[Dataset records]
—————

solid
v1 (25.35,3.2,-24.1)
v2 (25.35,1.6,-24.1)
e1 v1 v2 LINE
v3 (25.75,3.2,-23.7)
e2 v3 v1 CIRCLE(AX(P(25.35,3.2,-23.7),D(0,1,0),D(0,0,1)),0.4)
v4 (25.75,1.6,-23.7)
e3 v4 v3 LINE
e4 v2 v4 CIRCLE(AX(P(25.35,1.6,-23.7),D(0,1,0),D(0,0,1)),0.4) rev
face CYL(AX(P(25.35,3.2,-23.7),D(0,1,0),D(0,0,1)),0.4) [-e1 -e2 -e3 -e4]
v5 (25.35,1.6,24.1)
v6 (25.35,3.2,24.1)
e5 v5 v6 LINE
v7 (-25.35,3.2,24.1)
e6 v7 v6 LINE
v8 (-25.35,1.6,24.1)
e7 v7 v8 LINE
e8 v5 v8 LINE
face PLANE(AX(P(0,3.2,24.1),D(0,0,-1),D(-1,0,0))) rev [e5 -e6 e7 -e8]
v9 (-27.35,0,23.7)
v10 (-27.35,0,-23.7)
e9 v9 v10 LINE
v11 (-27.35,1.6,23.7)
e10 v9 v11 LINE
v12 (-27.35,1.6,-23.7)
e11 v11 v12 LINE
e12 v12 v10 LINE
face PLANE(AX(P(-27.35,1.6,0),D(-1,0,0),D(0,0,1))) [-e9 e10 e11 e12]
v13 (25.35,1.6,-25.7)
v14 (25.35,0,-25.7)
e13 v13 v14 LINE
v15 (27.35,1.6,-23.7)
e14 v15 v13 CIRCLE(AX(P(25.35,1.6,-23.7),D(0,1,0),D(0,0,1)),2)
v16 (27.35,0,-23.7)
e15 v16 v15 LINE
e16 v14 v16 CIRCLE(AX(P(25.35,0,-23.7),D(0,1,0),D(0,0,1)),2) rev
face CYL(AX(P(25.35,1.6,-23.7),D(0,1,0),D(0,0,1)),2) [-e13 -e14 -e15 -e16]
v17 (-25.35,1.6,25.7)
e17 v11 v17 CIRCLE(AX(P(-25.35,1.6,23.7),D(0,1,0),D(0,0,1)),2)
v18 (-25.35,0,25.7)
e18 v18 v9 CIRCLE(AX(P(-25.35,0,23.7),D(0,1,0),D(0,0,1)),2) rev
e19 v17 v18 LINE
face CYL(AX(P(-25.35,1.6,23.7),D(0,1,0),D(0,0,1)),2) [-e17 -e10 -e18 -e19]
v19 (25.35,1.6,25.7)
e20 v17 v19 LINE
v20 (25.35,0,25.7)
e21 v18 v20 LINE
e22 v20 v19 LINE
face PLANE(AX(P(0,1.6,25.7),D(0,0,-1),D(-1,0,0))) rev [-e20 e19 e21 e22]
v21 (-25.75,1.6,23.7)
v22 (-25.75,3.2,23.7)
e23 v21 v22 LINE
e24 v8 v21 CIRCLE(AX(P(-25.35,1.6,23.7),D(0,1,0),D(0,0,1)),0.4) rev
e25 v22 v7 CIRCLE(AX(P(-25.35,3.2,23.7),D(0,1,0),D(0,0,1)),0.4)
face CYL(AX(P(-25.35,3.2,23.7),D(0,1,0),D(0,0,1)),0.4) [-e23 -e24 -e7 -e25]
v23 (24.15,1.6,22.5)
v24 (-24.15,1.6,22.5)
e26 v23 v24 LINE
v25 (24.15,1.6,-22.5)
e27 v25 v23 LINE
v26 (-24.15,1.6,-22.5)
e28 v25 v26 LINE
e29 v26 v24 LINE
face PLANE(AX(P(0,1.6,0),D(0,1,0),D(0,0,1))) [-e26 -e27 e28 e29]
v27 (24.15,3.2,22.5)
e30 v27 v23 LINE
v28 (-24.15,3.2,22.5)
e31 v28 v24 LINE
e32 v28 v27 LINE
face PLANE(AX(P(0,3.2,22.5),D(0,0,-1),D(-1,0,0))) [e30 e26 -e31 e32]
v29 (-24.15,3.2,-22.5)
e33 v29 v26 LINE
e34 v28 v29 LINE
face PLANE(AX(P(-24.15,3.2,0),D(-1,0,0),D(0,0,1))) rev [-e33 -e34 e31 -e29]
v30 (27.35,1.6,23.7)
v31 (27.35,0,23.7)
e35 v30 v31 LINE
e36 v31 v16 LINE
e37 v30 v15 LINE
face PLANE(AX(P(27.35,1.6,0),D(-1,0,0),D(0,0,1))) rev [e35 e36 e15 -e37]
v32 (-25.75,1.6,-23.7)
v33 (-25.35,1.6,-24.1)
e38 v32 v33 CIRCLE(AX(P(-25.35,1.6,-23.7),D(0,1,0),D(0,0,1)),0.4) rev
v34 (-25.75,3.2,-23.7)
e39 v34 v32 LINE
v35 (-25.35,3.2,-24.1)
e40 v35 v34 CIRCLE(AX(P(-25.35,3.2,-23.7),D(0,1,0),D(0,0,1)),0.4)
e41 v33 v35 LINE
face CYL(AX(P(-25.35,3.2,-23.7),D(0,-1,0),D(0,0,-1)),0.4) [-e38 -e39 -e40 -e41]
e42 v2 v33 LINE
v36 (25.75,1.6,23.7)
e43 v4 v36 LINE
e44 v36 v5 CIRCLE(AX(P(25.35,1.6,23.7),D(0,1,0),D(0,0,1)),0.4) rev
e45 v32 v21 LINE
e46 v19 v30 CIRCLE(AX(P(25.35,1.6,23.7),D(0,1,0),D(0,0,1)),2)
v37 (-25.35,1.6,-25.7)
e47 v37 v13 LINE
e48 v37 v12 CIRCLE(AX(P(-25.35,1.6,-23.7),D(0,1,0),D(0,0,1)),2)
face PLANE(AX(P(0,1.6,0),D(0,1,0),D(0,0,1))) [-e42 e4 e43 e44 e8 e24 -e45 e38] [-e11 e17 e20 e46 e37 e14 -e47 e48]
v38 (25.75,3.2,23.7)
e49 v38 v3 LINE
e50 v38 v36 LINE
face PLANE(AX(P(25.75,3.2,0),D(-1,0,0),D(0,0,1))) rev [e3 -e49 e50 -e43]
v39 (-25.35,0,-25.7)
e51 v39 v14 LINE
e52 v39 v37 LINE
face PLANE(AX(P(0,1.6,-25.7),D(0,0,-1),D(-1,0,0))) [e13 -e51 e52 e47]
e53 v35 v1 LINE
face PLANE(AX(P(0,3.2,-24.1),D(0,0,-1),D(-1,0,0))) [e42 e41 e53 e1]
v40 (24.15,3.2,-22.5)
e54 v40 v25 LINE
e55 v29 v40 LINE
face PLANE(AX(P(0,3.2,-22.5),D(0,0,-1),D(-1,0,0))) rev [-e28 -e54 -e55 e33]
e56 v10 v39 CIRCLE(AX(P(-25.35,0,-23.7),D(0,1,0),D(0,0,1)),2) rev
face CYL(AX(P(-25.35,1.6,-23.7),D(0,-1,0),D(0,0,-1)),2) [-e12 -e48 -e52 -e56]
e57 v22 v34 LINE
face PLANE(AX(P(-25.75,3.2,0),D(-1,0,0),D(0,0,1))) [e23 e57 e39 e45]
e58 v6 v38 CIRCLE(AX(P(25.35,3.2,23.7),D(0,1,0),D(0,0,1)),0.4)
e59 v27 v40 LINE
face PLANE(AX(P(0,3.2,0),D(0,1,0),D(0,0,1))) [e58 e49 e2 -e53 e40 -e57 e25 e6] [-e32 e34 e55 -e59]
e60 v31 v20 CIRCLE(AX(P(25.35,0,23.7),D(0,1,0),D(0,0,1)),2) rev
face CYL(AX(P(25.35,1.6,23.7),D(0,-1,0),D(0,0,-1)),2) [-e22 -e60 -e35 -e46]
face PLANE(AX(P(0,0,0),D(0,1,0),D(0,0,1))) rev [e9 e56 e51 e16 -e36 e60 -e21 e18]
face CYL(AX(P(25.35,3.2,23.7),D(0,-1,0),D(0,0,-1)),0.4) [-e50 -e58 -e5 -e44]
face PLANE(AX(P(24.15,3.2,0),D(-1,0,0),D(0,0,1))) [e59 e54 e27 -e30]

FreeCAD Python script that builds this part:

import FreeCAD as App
import Part
import Sketcher
from FreeCAD import Vector
Q = App.Units.Quantity


def edges_at(feature, points):
    """Names of the edges that pass closest to the given points."""
    edges = feature.Shape.Edges
    near = lambda p: min(range(len(edges)), key=lambda i: edges[i].distToShape(Part.Vertex(*p))[0])
    return sorted({f"Edge{near(p) + 1}" for p in points})

doc = App.newDocument("Part")
body = doc.addObject("PartDesign::Body", "Body")

# Sketch on XZ plane
sketch1 = body.newObject("Sketcher::SketchObject", "Sketch")
sketch1.AttachmentSupport = (doc.getObject("XZ_Plane"), [""])
sketch1.MapMode = "FlatFace"
sketch1.addGeometry([
    Part.LineSegment(Vector(-27.35, -25.7, 0), Vector(-27.35, 25.7, 0)),
    Part.LineSegment(Vector(-27.35, 25.7, 0), Vector(27.35, 25.7, 0)),
    Part.LineSegment(Vector(27.35, 25.7, 0), Vector(27.35, -25.7, 0)),
    Part.LineSegment(Vector(27.35, -25.7, 0), Vector(-27.35, -25.7, 0)),
], False)
sketch1.addConstraint([
    Sketcher.Constraint("Coincident", 0, 2, 1, 1),
    Sketcher.Constraint("Coincident", 1, 2, 2, 1),
    Sketcher.Constraint("Coincident", 2, 2, 3, 1),
    Sketcher.Constraint("Coincident", 3, 2, 0, 1),
    Sketcher.Constraint("Vertical", 0),
    Sketcher.Constraint("Horizontal", 1),
    Sketcher.Constraint("Vertical", 2),
    Sketcher.Constraint("Horizontal", 3),
    Sketcher.Constraint("Symmetric", 0, 2, 2, 2, -1, 1),
    Sketcher.Constraint("DistanceX", 1, 1, 1, 2, Q("54.7 mm")),
    Sketcher.Constraint("DistanceY", 0, 1, 0, 2, Q("51.4 mm")),
])
pad1 = body.newObject("PartDesign::Pad", "Pad")
pad1.Profile = sketch1
pad1.Length = 1.6
pad1.Reversed = True

# Sketch on XZ plane
sketch2 = body.newObject("Sketcher::SketchObject", "Sketch001")
sketch2.AttachmentSupport = (doc.getObject("XZ_Plane"), [""])
sketch2.MapMode = "FlatFace"
sketch2.addGeometry([
    Part.LineSegment(Vector(-25.75, -24.1, 0), Vector(-25.75, 24.1, 0)),  # 0
    Part.LineSegment(Vector(-25.75, 24.1, 0), Vector(25.75, 24.1, 0)),  # 1
    Part.LineSegment(Vector(25.75, 24.1, 0), Vector(25.75, -24.1, 0)),  # 2
    Part.LineSegment(Vector(25.75, -24.1, 0), Vector(-25.75, -24.1, 0)),  # 3
    Part.LineSegment(Vector(24.15, 22.5, 0), Vector(-24.15, 22.5, 0)),  # 4
    Part.LineSegment(Vector(-24.15, 22.5, 0), Vector(-24.15, -22.5, 0)),  # 5
    Part.LineSegment(Vector(-24.15, -22.5, 0), Vector(24.15, -22.5, 0)),  # 6
    Part.LineSegment(Vector(24.15, -22.5, 0), Vector(24.15, 22.5, 0)),  # 7
], False)
sketch2.addConstraint([
    Sketcher.Constraint("Coincident", 0, 2, 1, 1),
    Sketcher.Constraint("Coincident", 1, 2, 2, 1),
    Sketcher.Constraint("Coincident", 2, 2, 3, 1),
    Sketcher.Constraint("Coincident", 3, 2, 0, 1),
    Sketcher.Constraint("Coincident", 4, 2, 5, 1),
    Sketcher.Constraint("Coincident", 5, 2, 6, 1),
    Sketcher.Constraint("Coincident", 6, 2, 7, 1),
    Sketcher.Constraint("Coincident", 7, 2, 4, 1),
    Sketcher.Constraint("Vertical", 0),
    Sketcher.Constraint("Horizontal", 1),
    Sketcher.Constraint("Vertical", 2),
    Sketcher.Constraint("Horizontal", 3),
    Sketcher.Constraint("Horizontal", 4),
    Sketcher.Constraint("Vertical", 5),
    Sketcher.Constraint("Horizontal", 6),
    Sketcher.Constraint("Vertical", 7),
    Sketcher.Constraint("Symmetric", 0, 2, 2, 2, -1, 1),
    Sketcher.Constraint("Symmetric", 4, 2, 6, 2, -1, 1),
    Sketcher.Constraint("DistanceY", 5, 2, 5, 1, Q("45 mm")),
    Sketcher.Constraint("DistanceX", 1, 1, 1, 2, Q("51.5 mm")),
    Sketcher.Constraint("DistanceX", 4, 2, 4, 1, Q("48.3 mm")),
    Sketcher.Constraint("DistanceY", 0, 1, 0, 2, Q("48.2 mm")),
])
pad2 = body.newObject("PartDesign::Pad", "Pad001")
pad2.Profile = sketch2
pad2.Length = 3.2
pad2.Reversed = True
doc.recompute()

fillet = body.newObject("PartDesign::Fillet", "Fillet")
fillet.Base = (pad2, edges_at(pad2, [
    (-27.35, 0.8, 25.7),
    (-27.35, 0.8, -25.7),
    (27.35, 0.8, -25.7),
    (27.35, 0.8, 25.7),
]))
fillet.Radius = 2
doc.recompute()

fillet2 = body.newObject("PartDesign::Fillet", "Fillet001")
fillet2.Base = (fillet, edges_at(fillet, [
    (-25.75, 2.4, -24.1),
    (-25.75, 2.4, 24.1),
    (25.75, 2.4, 24.1),
    (25.75, 2.4, -24.1),
]))
fillet2.Radius = 0.4

doc.recompute()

—————

Could you reproduce exactly the lines of the entries above, from the one with "face PLANE(AX(P(0,3.2,-24.1),D(0,0,-1),D(-1,0,0))) [e42" through the one with "FreeCAD Python script", and nothing else?

face PLANE(AX(P(0,3.2,-24.1),D(0,0,-1),D(-1,0,0))) [e42 e41 e53 e1]
v40 (24.15,3.2,-22.5)
e54 v40 v25 LINE
e55 v29 v40 LINE
face PLANE(AX(P(0,3.2,-22.5),D(0,0,-1),D(-1,0,0))) rev [-e28 -e54 -e55 e33]
e56 v10 v39 CIRCLE(AX(P(-25.35,0,-23.7),D(0,1,0),D(0,0,1)),2) rev
face CYL(AX(P(-25.35,1.6,-23.7),D(0,-1,0),D(0,0,-1)),2) [-e12 -e48 -e52 -e56]
e57 v22 v34 LINE
face PLANE(AX(P(-25.75,3.2,0),D(-1,0,0),D(0,0,1))) [e23 e57 e39 e45]
e58 v6 v38 CIRCLE(AX(P(25.35,3.2,23.7),D(0,1,0),D(0,0,1)),0.4)
e59 v27 v40 LINE
face PLANE(AX(P(0,3.2,0),D(0,1,0),D(0,0,1))) [e58 e49 e2 -e53 e40 -e57 e25 e6] [-e32 e34 e55 -e59]
e60 v31 v20 CIRCLE(AX(P(25.35,0,23.7),D(0,1,0),D(0,0,1)),2) rev
face CYL(AX(P(25.35,1.6,23.7),D(0,-1,0),D(0,0,-1)),2) [-e22 -e60 -e35 -e46]
face PLANE(AX(P(0,0,0),D(0,1,0),D(0,0,1))) rev [e9 e56 e51 e16 -e36 e60 -e21 e18]
face CYL(AX(P(25.35,3.2,23.7),D(0,-1,0),D(0,0,-1)),0.4) [-e50 -e58 -e5 -e44]
face PLANE(AX(P(24.15,3.2,0),D(-1,0,0),D(0,0,1))) [e59 e54 e27 -e30]

FreeCAD Python script that builds this part:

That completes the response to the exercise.